Crypto currencies have always shunned institutions, but to gain legitimacy they must learn from banks

Crypto has had a whirlwind of a year. Bitcoin bounced between dizzying peaks and rock bottom troughs, financial institutions bought and sold crypto assets in droves, mainstream consumer payment providers started offering digital assets to customers, and scores of crypto exchanges and custodians were hit by expensive cyberattacks.

Crypto’s greatest challenge is simply lack of regulation. Despite huge efforts from regulators and international monetary organisations to build frameworks for the secure and safe exchange and storage of crypto assets, industry regulators move at a pace that makes it nearly impossible for policymakers to get ahead of consumer interest. Nonetheless, despite strong protections, crypto has continued to edge its way into the financial mainstream. 

Banks and other financial institutions have been subject to exacting security standards for decades – and have shored up their resources to quickly adapt to the evolving threat landscape. With growing interest in crypto interest and the relative novelty of it, there is risk. Every new way to trade, store or monetise digital assets opens another channel for hackers to exploit. It’s like when Microsoft releases the latest version of Windows – a stream of security updates inevitably follow as developers plug new potential exploits and vulnerabilities. The difference is that most crypto firms have nowhere near the research and development resources of a major bank or tech giant.

That doesn’t mean that crypto is condemned to a future of cyberattacks. 

Take the recent Coinbase hack, for instance. At time of writing, we still don’t know the final figure for what’s been lost, but Coinbase has a market capitalisation of around $65bn across over 100 countries. Though a disaster for those 68 million users who may be at risk of losing their assets, the cause of the breach was, by traditional finance terms, extremely simple. Experts say the attack was a “SIM swap” – where hackers compromised victims’ mobile phone numbers and used that to authenticate themselves as a valid account holder. This method has been the cause of a string of attacks.

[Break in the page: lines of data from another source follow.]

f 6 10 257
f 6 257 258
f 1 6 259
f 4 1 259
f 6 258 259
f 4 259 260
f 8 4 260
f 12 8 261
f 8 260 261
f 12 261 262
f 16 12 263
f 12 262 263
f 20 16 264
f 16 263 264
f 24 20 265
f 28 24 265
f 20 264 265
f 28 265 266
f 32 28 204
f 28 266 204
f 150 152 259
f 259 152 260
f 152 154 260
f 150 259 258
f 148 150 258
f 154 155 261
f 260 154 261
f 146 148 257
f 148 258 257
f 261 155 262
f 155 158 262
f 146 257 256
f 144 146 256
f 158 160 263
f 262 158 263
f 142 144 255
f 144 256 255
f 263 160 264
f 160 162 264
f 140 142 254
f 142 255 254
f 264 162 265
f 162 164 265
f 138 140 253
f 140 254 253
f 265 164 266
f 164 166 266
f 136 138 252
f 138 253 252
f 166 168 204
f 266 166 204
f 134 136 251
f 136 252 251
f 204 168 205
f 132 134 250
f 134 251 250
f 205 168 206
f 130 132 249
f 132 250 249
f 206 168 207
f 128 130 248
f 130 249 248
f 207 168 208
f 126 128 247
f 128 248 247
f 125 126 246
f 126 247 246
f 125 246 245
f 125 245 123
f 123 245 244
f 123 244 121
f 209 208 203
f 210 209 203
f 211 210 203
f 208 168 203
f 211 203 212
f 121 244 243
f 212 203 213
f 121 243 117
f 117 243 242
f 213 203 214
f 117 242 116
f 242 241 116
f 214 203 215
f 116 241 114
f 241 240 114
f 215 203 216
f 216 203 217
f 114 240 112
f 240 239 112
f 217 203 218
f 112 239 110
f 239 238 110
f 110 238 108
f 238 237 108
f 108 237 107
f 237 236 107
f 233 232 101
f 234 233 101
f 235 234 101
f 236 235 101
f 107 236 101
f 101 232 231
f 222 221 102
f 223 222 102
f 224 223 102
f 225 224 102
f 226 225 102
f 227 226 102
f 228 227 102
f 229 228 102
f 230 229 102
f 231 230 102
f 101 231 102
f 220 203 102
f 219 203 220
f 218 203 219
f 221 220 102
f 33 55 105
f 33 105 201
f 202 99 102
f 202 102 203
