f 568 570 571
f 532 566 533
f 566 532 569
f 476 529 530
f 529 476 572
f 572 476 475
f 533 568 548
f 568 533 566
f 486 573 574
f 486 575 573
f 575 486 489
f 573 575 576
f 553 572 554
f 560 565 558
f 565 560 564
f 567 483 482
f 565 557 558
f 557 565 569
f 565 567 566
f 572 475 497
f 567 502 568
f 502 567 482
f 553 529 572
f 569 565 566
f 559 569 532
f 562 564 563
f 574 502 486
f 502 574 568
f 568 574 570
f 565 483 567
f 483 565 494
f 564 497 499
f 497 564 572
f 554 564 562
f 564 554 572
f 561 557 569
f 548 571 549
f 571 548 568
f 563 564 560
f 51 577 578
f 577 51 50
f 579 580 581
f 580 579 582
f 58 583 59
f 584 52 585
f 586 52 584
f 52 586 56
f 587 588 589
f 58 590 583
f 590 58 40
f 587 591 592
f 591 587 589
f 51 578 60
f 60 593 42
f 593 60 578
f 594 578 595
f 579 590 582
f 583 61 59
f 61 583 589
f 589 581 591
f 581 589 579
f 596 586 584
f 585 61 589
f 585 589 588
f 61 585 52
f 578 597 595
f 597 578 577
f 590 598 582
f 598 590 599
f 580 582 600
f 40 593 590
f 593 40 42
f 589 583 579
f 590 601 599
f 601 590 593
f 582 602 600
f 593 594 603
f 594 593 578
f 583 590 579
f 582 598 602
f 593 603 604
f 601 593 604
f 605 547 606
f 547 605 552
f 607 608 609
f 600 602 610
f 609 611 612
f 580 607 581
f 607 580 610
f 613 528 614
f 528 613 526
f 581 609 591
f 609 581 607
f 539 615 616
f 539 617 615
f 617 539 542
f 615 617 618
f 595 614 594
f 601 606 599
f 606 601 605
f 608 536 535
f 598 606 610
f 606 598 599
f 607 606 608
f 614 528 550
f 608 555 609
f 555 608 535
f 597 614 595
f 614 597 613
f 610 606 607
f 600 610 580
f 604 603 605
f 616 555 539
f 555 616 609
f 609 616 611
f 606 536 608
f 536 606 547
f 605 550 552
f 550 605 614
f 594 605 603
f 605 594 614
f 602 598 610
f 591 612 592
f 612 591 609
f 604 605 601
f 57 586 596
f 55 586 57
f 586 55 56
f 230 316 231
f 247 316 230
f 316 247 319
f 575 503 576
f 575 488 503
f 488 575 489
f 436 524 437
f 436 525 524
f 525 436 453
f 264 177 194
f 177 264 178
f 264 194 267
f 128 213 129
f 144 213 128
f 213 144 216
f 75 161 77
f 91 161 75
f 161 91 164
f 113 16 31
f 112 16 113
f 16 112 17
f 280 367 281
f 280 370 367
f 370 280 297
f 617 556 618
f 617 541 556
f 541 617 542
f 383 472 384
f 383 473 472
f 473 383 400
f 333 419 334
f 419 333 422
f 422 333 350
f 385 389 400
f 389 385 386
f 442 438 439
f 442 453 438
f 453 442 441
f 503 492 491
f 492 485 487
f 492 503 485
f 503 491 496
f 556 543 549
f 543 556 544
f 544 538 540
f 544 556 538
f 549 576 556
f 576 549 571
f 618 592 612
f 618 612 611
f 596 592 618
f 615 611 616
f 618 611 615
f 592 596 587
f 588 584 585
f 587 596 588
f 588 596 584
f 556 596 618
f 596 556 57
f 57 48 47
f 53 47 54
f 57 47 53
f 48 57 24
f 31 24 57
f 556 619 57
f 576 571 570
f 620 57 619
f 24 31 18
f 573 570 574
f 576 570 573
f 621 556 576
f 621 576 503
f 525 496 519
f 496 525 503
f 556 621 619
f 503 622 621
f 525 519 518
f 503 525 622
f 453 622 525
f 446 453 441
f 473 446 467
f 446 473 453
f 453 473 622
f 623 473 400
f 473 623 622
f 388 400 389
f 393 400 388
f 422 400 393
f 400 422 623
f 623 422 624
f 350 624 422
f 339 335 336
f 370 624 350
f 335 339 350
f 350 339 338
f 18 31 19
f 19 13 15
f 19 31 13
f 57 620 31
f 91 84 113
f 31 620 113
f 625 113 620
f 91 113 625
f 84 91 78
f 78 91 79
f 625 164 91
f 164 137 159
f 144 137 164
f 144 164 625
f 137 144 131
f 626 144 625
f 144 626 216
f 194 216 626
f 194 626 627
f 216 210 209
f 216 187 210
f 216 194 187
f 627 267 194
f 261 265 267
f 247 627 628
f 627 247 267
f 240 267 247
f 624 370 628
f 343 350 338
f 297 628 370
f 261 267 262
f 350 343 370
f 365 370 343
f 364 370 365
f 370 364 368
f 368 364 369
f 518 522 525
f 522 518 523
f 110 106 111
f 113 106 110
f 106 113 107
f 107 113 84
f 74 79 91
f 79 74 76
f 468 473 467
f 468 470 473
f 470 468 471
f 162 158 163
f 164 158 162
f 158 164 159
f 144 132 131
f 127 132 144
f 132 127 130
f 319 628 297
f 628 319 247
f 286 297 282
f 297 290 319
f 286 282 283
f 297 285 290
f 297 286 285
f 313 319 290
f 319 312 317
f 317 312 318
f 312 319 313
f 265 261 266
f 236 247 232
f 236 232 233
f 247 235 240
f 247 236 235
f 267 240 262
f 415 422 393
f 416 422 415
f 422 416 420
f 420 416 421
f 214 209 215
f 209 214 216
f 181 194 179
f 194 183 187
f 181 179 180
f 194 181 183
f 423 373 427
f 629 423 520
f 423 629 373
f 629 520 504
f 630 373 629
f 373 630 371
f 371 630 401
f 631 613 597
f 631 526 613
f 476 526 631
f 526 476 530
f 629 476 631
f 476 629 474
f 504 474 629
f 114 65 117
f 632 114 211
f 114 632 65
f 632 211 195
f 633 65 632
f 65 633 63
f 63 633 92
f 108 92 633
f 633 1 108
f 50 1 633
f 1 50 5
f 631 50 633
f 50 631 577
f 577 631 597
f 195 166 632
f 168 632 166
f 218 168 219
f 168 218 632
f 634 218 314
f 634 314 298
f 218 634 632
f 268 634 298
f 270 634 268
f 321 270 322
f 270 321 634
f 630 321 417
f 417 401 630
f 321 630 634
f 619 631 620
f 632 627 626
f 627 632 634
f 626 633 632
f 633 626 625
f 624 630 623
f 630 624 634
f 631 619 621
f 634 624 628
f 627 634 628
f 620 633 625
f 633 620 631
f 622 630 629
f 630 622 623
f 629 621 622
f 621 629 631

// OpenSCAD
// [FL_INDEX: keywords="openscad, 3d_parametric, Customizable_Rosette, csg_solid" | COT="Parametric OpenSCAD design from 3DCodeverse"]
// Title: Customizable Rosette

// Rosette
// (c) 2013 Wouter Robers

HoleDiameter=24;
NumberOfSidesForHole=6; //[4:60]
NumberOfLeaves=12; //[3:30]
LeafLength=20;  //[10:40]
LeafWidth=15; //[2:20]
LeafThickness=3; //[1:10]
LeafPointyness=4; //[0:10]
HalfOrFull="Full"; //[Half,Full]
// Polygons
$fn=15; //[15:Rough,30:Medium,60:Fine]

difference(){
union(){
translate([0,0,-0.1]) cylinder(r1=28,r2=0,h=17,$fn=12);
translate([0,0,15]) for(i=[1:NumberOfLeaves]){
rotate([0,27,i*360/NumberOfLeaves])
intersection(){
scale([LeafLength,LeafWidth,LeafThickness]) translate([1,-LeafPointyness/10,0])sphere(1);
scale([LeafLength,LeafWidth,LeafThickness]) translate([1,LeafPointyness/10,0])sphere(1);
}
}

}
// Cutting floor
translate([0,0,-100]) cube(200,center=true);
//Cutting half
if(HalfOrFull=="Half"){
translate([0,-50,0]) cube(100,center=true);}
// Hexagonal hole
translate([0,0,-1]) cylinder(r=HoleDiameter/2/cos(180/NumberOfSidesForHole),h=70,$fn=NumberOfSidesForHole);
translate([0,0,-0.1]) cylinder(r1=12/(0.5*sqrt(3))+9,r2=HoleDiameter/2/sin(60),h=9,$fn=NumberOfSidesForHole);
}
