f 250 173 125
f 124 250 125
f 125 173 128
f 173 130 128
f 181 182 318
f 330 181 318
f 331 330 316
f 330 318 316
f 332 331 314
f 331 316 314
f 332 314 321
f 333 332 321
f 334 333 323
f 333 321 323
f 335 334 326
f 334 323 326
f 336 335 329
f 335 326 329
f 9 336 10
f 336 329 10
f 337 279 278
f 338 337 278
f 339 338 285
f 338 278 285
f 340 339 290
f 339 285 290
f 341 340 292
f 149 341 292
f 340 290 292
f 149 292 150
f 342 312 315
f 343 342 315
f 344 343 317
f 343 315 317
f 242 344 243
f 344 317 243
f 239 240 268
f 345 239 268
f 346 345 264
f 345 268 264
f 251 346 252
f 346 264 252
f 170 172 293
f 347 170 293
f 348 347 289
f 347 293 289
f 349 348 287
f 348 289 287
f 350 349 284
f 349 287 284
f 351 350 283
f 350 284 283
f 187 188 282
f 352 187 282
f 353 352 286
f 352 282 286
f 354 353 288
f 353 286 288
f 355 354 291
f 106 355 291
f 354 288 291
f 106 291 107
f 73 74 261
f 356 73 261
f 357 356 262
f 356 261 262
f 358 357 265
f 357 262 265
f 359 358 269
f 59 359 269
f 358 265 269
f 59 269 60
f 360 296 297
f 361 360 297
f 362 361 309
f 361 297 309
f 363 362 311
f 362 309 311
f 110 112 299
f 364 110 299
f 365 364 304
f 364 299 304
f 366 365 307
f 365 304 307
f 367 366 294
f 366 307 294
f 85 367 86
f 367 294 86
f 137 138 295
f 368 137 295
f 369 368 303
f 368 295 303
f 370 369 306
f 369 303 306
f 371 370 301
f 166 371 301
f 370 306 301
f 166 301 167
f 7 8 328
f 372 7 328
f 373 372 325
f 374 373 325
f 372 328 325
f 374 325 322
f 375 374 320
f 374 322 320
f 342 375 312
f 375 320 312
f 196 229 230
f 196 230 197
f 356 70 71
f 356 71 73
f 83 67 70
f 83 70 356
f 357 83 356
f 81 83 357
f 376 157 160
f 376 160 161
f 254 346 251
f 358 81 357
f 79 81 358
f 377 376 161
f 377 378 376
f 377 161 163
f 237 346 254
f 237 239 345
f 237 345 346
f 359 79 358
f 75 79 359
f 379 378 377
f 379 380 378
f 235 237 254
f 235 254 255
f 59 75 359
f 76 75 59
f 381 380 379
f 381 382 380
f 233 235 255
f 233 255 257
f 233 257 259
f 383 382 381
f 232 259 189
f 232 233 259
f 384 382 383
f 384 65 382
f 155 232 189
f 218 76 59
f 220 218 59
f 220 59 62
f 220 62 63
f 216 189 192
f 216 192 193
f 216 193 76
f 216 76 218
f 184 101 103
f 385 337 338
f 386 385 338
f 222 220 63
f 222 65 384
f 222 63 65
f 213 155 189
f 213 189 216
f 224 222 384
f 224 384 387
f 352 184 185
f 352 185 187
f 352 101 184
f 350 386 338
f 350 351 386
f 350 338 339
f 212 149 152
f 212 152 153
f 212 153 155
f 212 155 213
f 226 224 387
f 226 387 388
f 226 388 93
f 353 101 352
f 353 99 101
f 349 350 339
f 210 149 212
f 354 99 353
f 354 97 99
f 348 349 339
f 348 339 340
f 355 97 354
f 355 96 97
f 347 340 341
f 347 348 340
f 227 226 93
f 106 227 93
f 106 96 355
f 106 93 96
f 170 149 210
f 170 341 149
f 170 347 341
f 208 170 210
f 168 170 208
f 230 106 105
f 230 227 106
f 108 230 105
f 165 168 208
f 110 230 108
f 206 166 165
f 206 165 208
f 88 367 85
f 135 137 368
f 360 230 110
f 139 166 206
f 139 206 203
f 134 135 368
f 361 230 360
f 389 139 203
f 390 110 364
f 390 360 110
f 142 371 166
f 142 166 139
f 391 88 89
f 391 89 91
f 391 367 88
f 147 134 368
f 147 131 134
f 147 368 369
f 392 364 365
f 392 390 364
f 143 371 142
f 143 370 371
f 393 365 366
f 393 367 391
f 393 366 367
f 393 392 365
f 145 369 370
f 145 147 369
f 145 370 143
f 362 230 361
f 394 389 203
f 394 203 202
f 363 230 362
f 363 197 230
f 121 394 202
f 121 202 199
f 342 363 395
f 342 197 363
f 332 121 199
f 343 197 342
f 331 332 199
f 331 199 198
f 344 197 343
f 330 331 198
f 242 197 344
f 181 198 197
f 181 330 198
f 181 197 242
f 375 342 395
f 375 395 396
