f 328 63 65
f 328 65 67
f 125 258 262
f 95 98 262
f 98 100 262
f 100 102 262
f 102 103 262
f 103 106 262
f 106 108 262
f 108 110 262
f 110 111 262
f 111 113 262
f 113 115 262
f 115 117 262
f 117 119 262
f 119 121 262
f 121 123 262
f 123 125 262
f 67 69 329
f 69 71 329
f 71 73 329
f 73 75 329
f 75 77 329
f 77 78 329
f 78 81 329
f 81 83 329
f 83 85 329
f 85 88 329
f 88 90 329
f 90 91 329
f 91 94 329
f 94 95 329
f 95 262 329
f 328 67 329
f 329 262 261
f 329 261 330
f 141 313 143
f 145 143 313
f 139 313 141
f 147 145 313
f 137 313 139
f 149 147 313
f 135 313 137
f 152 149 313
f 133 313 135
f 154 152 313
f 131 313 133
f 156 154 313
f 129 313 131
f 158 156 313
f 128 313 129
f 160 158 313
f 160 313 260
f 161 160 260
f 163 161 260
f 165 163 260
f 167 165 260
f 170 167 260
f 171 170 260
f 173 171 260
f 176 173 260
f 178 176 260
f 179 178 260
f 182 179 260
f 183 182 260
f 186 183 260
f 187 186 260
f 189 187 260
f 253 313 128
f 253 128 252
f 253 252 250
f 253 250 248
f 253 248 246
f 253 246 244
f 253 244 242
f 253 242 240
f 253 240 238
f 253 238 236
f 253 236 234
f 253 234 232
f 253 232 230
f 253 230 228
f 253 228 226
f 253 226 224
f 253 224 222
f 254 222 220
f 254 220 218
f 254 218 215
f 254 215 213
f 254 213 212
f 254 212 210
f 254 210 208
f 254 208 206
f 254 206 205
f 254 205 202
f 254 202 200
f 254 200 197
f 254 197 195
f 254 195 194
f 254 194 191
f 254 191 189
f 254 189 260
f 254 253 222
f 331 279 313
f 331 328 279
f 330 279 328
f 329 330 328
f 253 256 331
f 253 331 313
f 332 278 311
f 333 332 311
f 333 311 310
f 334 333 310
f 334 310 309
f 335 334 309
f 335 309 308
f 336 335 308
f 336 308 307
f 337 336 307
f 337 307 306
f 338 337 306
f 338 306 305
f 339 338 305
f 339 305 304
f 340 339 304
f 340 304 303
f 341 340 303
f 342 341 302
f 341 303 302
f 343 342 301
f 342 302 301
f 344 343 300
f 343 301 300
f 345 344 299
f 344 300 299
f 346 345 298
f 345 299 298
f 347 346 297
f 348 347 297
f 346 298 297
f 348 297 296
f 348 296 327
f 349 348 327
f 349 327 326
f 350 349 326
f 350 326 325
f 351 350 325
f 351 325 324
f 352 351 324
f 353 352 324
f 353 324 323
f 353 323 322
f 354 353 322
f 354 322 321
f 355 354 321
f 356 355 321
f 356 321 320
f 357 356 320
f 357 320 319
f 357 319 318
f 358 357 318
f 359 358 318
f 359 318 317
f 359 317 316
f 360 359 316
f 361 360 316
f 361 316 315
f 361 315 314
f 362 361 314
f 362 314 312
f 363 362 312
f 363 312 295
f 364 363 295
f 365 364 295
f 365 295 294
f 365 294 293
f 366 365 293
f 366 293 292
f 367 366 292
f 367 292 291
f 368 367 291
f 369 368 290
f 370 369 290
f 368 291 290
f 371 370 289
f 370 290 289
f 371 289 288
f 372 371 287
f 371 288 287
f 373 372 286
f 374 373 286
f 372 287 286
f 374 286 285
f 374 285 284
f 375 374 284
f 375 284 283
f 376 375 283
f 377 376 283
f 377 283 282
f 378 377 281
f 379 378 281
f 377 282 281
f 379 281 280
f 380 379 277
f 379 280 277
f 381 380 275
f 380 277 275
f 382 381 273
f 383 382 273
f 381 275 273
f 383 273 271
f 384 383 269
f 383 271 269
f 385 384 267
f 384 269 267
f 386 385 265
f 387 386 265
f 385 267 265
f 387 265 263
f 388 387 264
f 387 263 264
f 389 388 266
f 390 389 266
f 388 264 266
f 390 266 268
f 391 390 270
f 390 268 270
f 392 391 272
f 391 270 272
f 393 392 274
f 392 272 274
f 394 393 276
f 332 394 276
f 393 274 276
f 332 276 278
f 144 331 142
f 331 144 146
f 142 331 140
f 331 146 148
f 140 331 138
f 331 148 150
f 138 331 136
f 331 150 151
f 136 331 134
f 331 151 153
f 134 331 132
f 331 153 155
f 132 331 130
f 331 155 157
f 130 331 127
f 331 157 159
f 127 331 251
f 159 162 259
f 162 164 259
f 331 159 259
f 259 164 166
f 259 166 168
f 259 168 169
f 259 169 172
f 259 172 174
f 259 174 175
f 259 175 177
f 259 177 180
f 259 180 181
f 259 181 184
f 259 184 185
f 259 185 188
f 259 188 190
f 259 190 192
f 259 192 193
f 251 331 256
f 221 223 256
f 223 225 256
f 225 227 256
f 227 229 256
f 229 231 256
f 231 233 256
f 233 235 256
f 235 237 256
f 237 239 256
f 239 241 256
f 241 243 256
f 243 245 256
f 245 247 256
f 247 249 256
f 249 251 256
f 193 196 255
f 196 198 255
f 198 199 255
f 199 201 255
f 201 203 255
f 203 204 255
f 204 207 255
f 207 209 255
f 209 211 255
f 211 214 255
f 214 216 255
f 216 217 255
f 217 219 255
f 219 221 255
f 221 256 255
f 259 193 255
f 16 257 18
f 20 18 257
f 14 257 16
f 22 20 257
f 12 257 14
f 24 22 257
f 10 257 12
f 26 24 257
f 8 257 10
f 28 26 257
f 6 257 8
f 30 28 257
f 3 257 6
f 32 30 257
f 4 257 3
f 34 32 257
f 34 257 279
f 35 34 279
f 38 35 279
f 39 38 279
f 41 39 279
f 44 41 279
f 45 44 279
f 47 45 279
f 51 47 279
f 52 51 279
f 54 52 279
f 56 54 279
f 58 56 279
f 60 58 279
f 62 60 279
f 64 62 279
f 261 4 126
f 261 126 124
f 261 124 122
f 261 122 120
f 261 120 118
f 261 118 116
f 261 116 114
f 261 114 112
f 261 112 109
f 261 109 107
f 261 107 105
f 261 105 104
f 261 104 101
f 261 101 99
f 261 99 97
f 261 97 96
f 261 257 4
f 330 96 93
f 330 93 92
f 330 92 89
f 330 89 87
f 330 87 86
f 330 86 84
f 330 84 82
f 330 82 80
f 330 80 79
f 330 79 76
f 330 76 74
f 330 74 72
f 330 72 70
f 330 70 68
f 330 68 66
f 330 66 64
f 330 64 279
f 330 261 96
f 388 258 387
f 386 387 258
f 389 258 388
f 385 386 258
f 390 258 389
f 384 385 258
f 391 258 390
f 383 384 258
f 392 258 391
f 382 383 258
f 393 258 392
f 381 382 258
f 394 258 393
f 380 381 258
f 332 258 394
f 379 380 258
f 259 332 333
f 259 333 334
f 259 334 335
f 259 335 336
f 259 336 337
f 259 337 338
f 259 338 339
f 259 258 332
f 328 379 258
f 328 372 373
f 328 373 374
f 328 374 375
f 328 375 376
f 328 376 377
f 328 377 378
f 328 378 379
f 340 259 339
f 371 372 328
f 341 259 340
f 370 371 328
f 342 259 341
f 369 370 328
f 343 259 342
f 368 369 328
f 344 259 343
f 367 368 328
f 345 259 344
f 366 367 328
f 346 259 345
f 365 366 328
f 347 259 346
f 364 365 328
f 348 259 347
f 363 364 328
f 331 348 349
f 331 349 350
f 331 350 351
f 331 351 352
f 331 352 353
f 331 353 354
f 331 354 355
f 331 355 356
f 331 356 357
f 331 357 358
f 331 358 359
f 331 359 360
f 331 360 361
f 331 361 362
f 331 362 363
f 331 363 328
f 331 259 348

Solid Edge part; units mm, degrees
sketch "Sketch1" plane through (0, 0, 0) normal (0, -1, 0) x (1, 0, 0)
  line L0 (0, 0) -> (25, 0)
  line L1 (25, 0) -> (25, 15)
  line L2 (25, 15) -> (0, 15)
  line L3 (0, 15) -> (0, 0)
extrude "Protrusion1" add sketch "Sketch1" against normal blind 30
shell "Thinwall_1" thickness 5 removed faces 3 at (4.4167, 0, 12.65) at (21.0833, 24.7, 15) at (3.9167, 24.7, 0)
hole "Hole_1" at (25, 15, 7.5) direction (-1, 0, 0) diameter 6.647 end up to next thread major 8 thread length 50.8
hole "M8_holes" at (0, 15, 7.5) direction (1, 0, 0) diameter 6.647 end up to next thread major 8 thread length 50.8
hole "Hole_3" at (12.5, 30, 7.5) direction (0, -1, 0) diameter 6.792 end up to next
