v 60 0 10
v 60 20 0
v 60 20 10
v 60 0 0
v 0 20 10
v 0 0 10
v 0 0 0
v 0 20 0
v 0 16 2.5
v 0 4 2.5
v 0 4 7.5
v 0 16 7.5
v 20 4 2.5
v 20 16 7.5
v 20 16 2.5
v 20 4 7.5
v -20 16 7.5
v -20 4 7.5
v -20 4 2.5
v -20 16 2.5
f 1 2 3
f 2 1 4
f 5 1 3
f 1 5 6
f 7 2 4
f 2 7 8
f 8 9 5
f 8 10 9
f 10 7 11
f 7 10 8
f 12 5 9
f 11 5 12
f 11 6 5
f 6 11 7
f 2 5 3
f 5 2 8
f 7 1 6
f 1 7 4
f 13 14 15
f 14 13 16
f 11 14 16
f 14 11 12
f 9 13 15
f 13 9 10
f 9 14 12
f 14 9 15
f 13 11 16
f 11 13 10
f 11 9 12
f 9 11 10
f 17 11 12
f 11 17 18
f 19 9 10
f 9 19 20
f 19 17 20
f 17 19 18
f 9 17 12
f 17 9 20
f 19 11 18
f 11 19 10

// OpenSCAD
// Parameters for the USB Disk
length = 60; // Length of the USB Disk
width = 20;  // Width of the USB Disk
height = 10; // Height of the USB Disk

// Parameters for the USB Connector
conn_length = 20; // Length of the Connector
conn_width = 12;  // Width of the Connector
conn_height = 5;  // Height of the Connector

module usb_disk() {
    difference() {
        // Body of the USB Disk
        cube([length, width, height]);

        // Hollow space for the USB Connector
        translate([0, (width - conn_width)/2, (height - conn_height)/2])
        cube([conn_length, conn_width, conn_height]);
    }
}

module usb_connector() {
    // USB Connector part
    translate([- conn_length, (width - conn_width)/2, (height - conn_height)/2])
    cube([conn_length, conn_width, conn_height]);
}

// Combine the USB disk body and the connector
usb_disk();
usb_connector();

Cryptocurrency exchanges need to take a serious look at how they are authenticating users. SIM swap fraud was widely used to gain access to traditional bank accounts for many years, and as a result financial institutions have moved away from SMS as a form of authentication. Crypto firms will need to follow suit. Using SMS for multi factor authentication often puts the onus of protecting customer data on mobile network operators, whose systems are not designed to withstand such attacks. It’s like keeping expensive jewellery in a self-storage centre instead of a safe deposit box.

Most major banks now use Mobile push notifications as an alternative. You probably already use this – it’s when you verify your identity via a secure mobile phone app instead of a text message. These apps can use the latest ID verification technologies (such as AI and biometrics) to ensure that it’s really you trying to access your account. Crypto firms should look to this technology to stem the flow of these authentication-based hacks we’ve seen recently.

But this is just one example. Looking for security guidance from their more established peers in the world of traditional finance will help crypto firms build and maintain the credibility needed to become trusted, mainstream providers of financial services. Doing so proactively could act to stem the tide of exacting regulations and public scrutiny crypto firms are currently facing further down the line. Crypto was created out of a desire to be innovative and reject traditional finance. But it is now in the hands of the crypto market to turn it around and take advantage of the wealth of security resources available to them.